In denying the motion, the three-judge court noted that during the hearing the defense had attempted to “reframe” one of the legal questions it had raised.

Four conditions must be met before a legal question can be referred to the Court of Appeal.

The judges focused on only one of the conditions – that the question must be a question of law of public interest. They said it was clear to them that the first question was not a question of law of public interest and that the law could not be read in the way the defense proposed to interpret it.

The judges also said that the second question, which Mr Singh attempted to “rephrase” during the court proceedings, did not raise a legal question of public interest.

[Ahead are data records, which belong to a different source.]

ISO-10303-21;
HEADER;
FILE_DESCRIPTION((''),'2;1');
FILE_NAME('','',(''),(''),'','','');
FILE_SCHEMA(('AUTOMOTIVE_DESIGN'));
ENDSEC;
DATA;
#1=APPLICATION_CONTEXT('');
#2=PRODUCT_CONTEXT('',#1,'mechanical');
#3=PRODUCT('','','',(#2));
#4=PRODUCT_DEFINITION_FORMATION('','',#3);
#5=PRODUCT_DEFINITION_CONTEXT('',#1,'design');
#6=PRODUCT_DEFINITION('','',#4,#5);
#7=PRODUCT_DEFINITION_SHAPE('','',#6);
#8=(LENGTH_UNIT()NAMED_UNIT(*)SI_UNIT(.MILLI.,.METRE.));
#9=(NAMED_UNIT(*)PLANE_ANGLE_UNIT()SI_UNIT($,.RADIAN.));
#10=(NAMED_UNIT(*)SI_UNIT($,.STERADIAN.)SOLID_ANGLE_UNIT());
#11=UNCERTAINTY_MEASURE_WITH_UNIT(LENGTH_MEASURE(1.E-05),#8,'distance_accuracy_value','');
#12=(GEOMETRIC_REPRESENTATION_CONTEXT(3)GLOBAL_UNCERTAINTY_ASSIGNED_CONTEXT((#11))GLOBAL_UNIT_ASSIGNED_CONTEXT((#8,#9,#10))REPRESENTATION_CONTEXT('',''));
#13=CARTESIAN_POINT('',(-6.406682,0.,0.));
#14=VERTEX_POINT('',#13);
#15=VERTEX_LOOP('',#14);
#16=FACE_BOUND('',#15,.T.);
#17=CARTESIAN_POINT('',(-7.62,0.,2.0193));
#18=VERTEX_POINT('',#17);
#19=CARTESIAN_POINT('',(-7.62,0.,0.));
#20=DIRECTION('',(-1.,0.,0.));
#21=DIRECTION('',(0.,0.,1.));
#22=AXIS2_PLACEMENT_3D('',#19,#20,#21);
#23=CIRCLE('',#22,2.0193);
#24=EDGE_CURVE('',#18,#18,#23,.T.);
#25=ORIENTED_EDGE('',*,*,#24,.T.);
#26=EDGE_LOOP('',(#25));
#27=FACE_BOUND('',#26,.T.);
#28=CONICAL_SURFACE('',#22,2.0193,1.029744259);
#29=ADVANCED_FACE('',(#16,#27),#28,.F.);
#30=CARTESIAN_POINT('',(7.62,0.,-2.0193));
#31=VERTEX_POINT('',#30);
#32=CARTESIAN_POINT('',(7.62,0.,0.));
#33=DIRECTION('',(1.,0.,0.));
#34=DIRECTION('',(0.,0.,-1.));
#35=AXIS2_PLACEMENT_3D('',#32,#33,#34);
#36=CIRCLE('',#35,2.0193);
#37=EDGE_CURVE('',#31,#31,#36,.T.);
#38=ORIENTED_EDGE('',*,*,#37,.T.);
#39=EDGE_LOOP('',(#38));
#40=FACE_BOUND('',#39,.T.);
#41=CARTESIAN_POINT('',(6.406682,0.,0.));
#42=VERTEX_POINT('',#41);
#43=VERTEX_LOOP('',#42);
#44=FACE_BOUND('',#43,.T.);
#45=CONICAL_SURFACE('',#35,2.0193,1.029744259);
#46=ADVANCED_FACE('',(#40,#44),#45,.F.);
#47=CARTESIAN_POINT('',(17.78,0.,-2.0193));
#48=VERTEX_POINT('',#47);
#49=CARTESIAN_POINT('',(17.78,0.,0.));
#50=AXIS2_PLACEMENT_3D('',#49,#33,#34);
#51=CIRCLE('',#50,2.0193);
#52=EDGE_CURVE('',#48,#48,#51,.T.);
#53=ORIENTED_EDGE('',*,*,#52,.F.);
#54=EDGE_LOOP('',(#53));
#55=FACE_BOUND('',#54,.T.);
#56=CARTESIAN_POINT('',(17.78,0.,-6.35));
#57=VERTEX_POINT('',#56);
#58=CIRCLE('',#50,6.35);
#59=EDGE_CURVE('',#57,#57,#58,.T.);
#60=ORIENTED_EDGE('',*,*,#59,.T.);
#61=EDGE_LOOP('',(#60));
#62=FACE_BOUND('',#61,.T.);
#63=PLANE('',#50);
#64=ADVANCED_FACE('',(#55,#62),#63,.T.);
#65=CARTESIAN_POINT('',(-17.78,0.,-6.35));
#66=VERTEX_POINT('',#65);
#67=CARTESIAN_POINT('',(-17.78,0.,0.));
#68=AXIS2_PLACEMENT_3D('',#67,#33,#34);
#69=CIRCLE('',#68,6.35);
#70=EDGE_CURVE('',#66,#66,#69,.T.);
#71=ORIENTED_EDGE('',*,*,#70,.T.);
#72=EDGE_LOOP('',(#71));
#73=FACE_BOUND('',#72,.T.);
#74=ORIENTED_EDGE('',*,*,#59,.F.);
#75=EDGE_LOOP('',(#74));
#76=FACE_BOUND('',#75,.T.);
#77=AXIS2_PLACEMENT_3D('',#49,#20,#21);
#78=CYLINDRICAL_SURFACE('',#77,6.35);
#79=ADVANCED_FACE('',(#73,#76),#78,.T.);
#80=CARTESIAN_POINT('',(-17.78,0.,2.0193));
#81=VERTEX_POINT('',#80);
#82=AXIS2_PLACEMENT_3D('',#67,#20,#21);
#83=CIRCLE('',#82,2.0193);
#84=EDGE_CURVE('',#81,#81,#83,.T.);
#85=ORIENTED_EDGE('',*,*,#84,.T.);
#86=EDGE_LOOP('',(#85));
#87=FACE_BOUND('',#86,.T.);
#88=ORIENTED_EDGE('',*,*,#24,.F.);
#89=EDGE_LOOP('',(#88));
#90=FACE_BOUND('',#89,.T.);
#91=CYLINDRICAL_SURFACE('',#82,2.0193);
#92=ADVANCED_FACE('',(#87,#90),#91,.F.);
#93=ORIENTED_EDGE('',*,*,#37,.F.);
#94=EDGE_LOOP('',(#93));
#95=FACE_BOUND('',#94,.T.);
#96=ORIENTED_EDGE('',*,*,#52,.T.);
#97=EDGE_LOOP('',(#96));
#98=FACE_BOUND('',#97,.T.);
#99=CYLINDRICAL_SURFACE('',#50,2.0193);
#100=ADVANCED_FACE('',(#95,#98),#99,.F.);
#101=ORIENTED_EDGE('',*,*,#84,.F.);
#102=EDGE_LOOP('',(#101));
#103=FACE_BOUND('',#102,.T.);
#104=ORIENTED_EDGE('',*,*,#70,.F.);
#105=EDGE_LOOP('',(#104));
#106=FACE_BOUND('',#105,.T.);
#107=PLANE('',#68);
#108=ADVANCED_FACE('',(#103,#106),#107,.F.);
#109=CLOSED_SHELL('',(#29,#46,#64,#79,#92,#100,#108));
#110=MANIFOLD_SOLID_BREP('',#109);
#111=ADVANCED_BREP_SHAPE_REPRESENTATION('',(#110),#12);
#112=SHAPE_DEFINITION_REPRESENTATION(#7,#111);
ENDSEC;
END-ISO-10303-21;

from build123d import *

# Parameters (mm, degrees)
SKETCH1_R           = 6.35
BOSS_EXTRUDE1_DEPTH = 17.78


with BuildPart() as part:
    # Sketch1 → Boss-Extrude1 (new, symmetric)
    with BuildSketch(Plane(origin=(0, 0, 0), x_dir=(0, 0, -1), z_dir=(1, 0, 0))):
        Circle(SKETCH1_R)
    extrude(amount=BOSS_EXTRUDE1_DEPTH, both=True)

    # Sketch4 → Tap Drill for #10-32 Tap1 (revolve, cut)
    with BuildSketch(Plane(origin=(17.78, 0, 0), x_dir=(0, 0, -1), z_dir=(0, 1, 0))):
        Polygon((0, 0), (0, 11.373317848), (2.0193, 10.16), (2.0193, 0), align=None)
    tap_drill_for_10_32_tap1 = revolve(axis=Axis((24.13, 0, 0), (-1, 0, 0)), mode=Mode.SUBTRACT)

    # Mirror1: Tap Drill for #10-32 Tap1 across plane
    add(tap_drill_for_10_32_tap1.mirror(Plane(origin=(0, 0, 0), x_dir=(0, 0, 1), z_dir=(1, 0, 0))), mode=Mode.SUBTRACT)


solid = part.part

The court found that the two systems Singh attempted to compare to support his argument were not comparable and that the current system of disclosure of information in criminal cases was entirely different.

The application was rejected without the court asking the public prosecutor to comment.

Iswaran resigned from his government posts two days before he was first charged in January. He had previously been placed on leave pending the conclusion of the Corrupt Practices Investigation Bureau (CPIB) investigation.

If convicted of obtaining a valuable item as a public servant, Iswaran could face a prison sentence of up to two years, a fine, or both.

If convicted of corrupt practices under the Prevention of Corruption Act, he could face a prison sentence of up to seven years, a fine of up to S$100,000, or both.

If convicted of obstruction of justice, he could face a prison sentence of up to seven years, a fine, or both.